3 Essential Ways Corporate Training Can Benefit Higher Education

How Corporate Training Can Benefit Higher Education  

Sarah, a final year student of Engineering was excited: In 2 months’ time, she would be a part of the big-big corporate world. But she was also scared: “Will I be able to perform?” At the end of her first day, she realized that 50% of what she has been hired to do is unfamiliar. “This is like sauntering into an unknown territory”.

Sarah is not alone. She is a part of the population that is forecasted to more than double to 262 million by 2025. The number of students around the globe enrolled in higher education is steadily rising- with more than half in China and India alone. Here’s the other side of the story. According to the 2012 Allied Workforce Mobility Survey, for a new employee to become fully productive, it takes eight months on average! In the U.S, on an average companies spend $5,380 on training per new hire.

How do you bridge the gap?

Are there ways in which corporate training can benefit higher education? 

How can fresh hires be productive, industry-smart, and self-motivated on the first day itself?

According to MASIE, higher education and corporate learning are ideal candidates for ongoing collaboration. Yet these two worlds are almost 99 percent disconnected.
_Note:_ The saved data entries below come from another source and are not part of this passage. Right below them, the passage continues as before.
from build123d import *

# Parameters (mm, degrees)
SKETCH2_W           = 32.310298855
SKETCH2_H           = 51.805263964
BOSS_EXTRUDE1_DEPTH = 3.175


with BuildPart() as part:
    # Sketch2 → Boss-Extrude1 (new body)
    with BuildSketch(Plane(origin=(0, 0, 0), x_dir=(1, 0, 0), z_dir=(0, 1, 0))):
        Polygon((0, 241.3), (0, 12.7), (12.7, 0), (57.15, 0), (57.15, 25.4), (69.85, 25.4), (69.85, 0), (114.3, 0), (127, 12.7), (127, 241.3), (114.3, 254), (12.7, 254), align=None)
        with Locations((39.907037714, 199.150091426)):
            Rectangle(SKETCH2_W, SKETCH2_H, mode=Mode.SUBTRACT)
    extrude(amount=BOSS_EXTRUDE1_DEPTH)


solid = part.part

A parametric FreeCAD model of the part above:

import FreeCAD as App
import Part
import Sketcher
from FreeCAD import Vector
Q = App.Units.Quantity

doc = App.newDocument("Part")
body = doc.addObject("PartDesign::Body", "Body")

# Sketch on XZ plane
sketch1 = body.newObject("Sketcher::SketchObject", "Sketch")
sketch1.AttachmentSupport = (doc.getObject("XZ_Plane"), [""])
sketch1.MapMode = "FlatFace"
sketch1.addGeometry([
    Part.LineSegment(Vector(0, -241, 0), Vector(0, -13, 0)),  # 0
    Part.LineSegment(Vector(0, -13, 0), Vector(13, 0, 0)),  # 1
    Part.LineSegment(Vector(13, 0, 0), Vector(57, 0, 0)),  # 2
    Part.LineSegment(Vector(57, 0, 0), Vector(57, -25, 0)),  # 3
    Part.LineSegment(Vector(57, -25, 0), Vector(70, -25, 0)),  # 4
    Part.LineSegment(Vector(70, -25, 0), Vector(70, 0, 0)),  # 5
    Part.LineSegment(Vector(70, 0, 0), Vector(114, 0, 0)),  # 6
    Part.LineSegment(Vector(114, 0, 0), Vector(127, -13, 0)),  # 7
    Part.LineSegment(Vector(127, -13, 0), Vector(127, -241, 0)),  # 8
    Part.LineSegment(Vector(127, -241, 0), Vector(114, -254, 0)),  # 9
    Part.LineSegment(Vector(114, -254, 0), Vector(13, -254, 0)),  # 10
    Part.LineSegment(Vector(13, -254, 0), Vector(0, -241, 0)),  # 11
    Part.LineSegment(Vector(56, -173, 0), Vector(24, -173, 0)),  # 12
    Part.LineSegment(Vector(24, -173, 0), Vector(24, -225, 0)),  # 13
    Part.LineSegment(Vector(24, -225, 0), Vector(56, -225, 0)),  # 14
    Part.LineSegment(Vector(56, -225, 0), Vector(56, -173, 0)),  # 15
], False)
sketch1.addConstraint([
    Sketcher.Constraint("Coincident", 0, 2, 1, 1),
    Sketcher.Constraint("Coincident", 1, 2, 2, 1),
    Sketcher.Constraint("Coincident", 2, 2, 3, 1),
    Sketcher.Constraint("Coincident", 3, 2, 4, 1),
    Sketcher.Constraint("Coincident", 4, 2, 5, 1),
    Sketcher.Constraint("Coincident", 5, 2, 6, 1),
    Sketcher.Constraint("Coincident", 6, 2, 7, 1),
    Sketcher.Constraint("Coincident", 7, 2, 8, 1),
    Sketcher.Constraint("Coincident", 8, 2, 9, 1),
    Sketcher.Constraint("Coincident", 9, 2, 10, 1),
    Sketcher.Constraint("Coincident", 10, 2, 11, 1),
    Sketcher.Constraint("Coincident", 11, 2, 0, 1),
    Sketcher.Constraint("Coincident", 12, 2, 13, 1),
    Sketcher.Constraint("Coincident", 13, 2, 14, 1),
    Sketcher.Constraint("Coincident", 14, 2, 15, 1),
    Sketcher.Constraint("Coincident", 15, 2, 12, 1),
    Sketcher.Constraint("Vertical", 0),
    Sketcher.Constraint("Horizontal", 2),
    Sketcher.Constraint("Vertical", 3),
    Sketcher.Constraint("Horizontal", 4),
    Sketcher.Constraint("Vertical", 5),
    Sketcher.Constraint("Horizontal", 6),
    Sketcher.Constraint("Vertical", 8),
    Sketcher.Constraint("Horizontal", 10),
    Sketcher.Constraint("Horizontal", 12),
    Sketcher.Constraint("Vertical", 13),
    Sketcher.Constraint("Horizontal", 14),
    Sketcher.Constraint("Vertical", 15),
    Sketcher.Constraint("PointOnObject", 0, 2, -2),
    Sketcher.Constraint("PointOnObject", 1, 2, -1),
    Sketcher.Constraint("PointOnObject", 5, 2, -1),
    Sketcher.Constraint("Perpendicular", 1, 7),
    Sketcher.Constraint("Perpendicular", 7, 9),
    Sketcher.Constraint("Perpendicular", 9, 11),
    Sketcher.Constraint("Horizontal", 0, 2, 7, 2),
    Sketcher.Constraint("Horizontal", 8, 2, 11, 2),
    Sketcher.Constraint("Vertical", 6, 2, 9, 2),
    Sketcher.Constraint("Vertical", 1, 2, 10, 2),
    Sketcher.Constraint("Equal", 2, 6),
    Sketcher.Constraint("DistanceX", 10, 2, 10, 1, Q("4 in")),
    Sketcher.Constraint("DistanceY", 0, 1, 0, 2, Q("9 in")),
    Sketcher.Constraint("DistanceY", 3, 2, 3, 1, Q("1 in")),
    Sketcher.Constraint("DistanceX", 4, 1, 4, 2, Q("0.5 in")),
    Sketcher.Constraint("DistanceX", -1, 1, 7, 2, Q("5 in")),
    Sketcher.Constraint("DistanceX", 12, 2, 12, 1, 32.310299),
    Sketcher.Constraint("DistanceY", 13, 2, 13, 1, 51.805264),
    Sketcher.Constraint("DistanceX", -1, 1, 12, 2, 23.751888),
    Sketcher.Constraint("DistanceY", 12, 2, -1, 1, 173.247459),
])
pad1 = body.newObject("PartDesign::Pad", "Pad")
pad1.Profile = sketch1
pad1.Length = Q("0.125 in")
pad1.Reversed = True

doc.recompute()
Here’s a fresh perspective. This is an era of information-increasing aggressively and learning- replacing prior knowledge. New industrial processes, design, and latest technology often elude students. Corporates can function as an adjunct to make new technology and advances available to tertiary education thereby creating a workforce that is "updated".

Traditionally, internships, practical training, and orientation sessions functioned to precisely serve this purpose. They are relevant even today-more so in a digital way. How?

Conventional training solutions as stand-alone or one-off opportunities do not suffice the needs of gen next. It should be on loop. Constant connect between academia and businesses is imperative. Again, how?

Think of your Learning Management System. And here are 3 ways in which your Learning Management System can facilitate a successful industry-academia partnership.

1. Learning Management System Interfaces 

Why don’t we build a connection between the college and the corporate Learning Management System? This is not strange!

This can ease employability, recruitment, and learning. A MNC is looking for fresh recruits from higher education institutes globally. With permission-based interface, the company can provide access to training material, group activities and assessments for college students through the institute Learning Management System for evaluating prospective recruits.

Why not go further to allow the company to view a student’s performance record for all the semesters? With a complete background on courses taken and performance assessed, a company can easily identify the right fit for any new project requirements.

2. Repeated Learning

John is taking a course on data management. However, he has to miss an interactive session on Big Data by an industry expert. Is this problem? 

With a Learning Management System in place this does not have to be one. John can easily access the session in the Learning Management System, give the assessment and rate his performance. Easy, right? Refresher and reinforcement modules, which drive the point home and assist in repeated learning, are very helpful for the staff and students.

2. Social Collaboration

Business organizations are rapidly deploying video chat, online collaboration, video conferencing, etc. for their global and distributed teams. This social collaboration can be extended to colleges and universities for several reasons. Alumni and corporates can collaborate online with students for discussions, knowledge-transfer, and career opportunities. This can enable mentorship, guidance, and industry insights.

Gwen is preparing for an upcoming interview at a reputed firm. She can connect to an alumni, who works for the same firm, to seek advice on interview sessions. She can actually "practice" her interview through the Learning Management System. Collaboration offers an incredible opportunity for both worlds.

In Summary

Corporate training can benefit higher education; corporates and universities should ideally work and learn together. Job-readiness is creating new and significant technological needs for a unique learning experience. Being in touch with trends is crucial for culminating into a successful organization and institution.